Lines from the one containing "v -30.315 3.175 -2.929" to the end of the entries below must be reproduced exactly, with both end lines kept and no other line added.

*** Opening Data listing ***

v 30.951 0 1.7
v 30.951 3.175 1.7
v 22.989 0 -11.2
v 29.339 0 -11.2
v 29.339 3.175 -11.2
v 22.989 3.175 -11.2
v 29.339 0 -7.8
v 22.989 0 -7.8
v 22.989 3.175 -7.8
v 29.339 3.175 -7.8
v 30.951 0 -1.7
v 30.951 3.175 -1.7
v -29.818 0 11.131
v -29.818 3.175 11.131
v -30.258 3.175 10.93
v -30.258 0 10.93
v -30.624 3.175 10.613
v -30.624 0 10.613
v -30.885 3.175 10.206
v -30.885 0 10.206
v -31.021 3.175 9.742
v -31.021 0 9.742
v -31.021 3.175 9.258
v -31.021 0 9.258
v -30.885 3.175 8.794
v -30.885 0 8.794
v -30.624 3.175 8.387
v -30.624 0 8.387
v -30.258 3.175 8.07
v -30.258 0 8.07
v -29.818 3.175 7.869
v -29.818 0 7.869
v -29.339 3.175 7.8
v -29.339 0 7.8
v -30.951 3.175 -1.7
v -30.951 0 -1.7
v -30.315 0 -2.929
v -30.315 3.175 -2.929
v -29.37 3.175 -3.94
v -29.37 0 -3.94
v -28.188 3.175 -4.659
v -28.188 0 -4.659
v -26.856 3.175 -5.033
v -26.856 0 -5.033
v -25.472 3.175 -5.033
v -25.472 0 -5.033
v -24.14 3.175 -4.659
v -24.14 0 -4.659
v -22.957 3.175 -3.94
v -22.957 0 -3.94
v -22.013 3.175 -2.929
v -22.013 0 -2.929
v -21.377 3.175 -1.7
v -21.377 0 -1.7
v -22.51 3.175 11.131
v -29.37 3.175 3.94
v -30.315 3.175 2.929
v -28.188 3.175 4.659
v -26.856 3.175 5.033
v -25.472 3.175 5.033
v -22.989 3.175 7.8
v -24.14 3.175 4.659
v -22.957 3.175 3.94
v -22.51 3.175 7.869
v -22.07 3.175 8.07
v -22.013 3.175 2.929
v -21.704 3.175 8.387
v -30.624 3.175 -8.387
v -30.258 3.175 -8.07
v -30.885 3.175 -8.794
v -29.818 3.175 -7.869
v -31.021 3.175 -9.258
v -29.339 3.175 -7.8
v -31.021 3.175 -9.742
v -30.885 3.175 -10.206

*** Closing Data listing ***

=== Task solution ===
v -30.315 3.175 -2.929
v -29.37 3.175 -3.94
v -29.37 0 -3.94
v -28.188 3.175 -4.659
v -28.188 0 -4.659
v -26.856 3.175 -5.033
v -26.856 0 -5.033
v -25.472 3.175 -5.033
v -25.472 0 -5.033
v -24.14 3.175 -4.659
v -24.14 0 -4.659
v -22.957 3.175 -3.94
v -22.957 0 -3.94
v -22.013 3.175 -2.929
v -22.013 0 -2.929
v -21.377 3.175 -1.7
v -21.377 0 -1.7
v -22.51 3.175 11.131
v -29.37 3.175 3.94
v -30.315 3.175 2.929
v -28.188 3.175 4.659
v -26.856 3.175 5.033
v -25.472 3.175 5.033
v -22.989 3.175 7.8
v -24.14 3.175 4.659
v -22.957 3.175 3.94
v -22.51 3.175 7.869
v -22.07 3.175 8.07
v -22.013 3.175 2.929
v -21.704 3.175 8.387
v -30.624 3.175 -8.387
v -30.258 3.175 -8.07
v -30.885 3.175 -8.794
v -29.818 3.175 -7.869
v -31.021 3.175 -9.258
v -29.339 3.175 -7.8
v -31.021 3.175 -9.742
v -30.885 3.175 -10.206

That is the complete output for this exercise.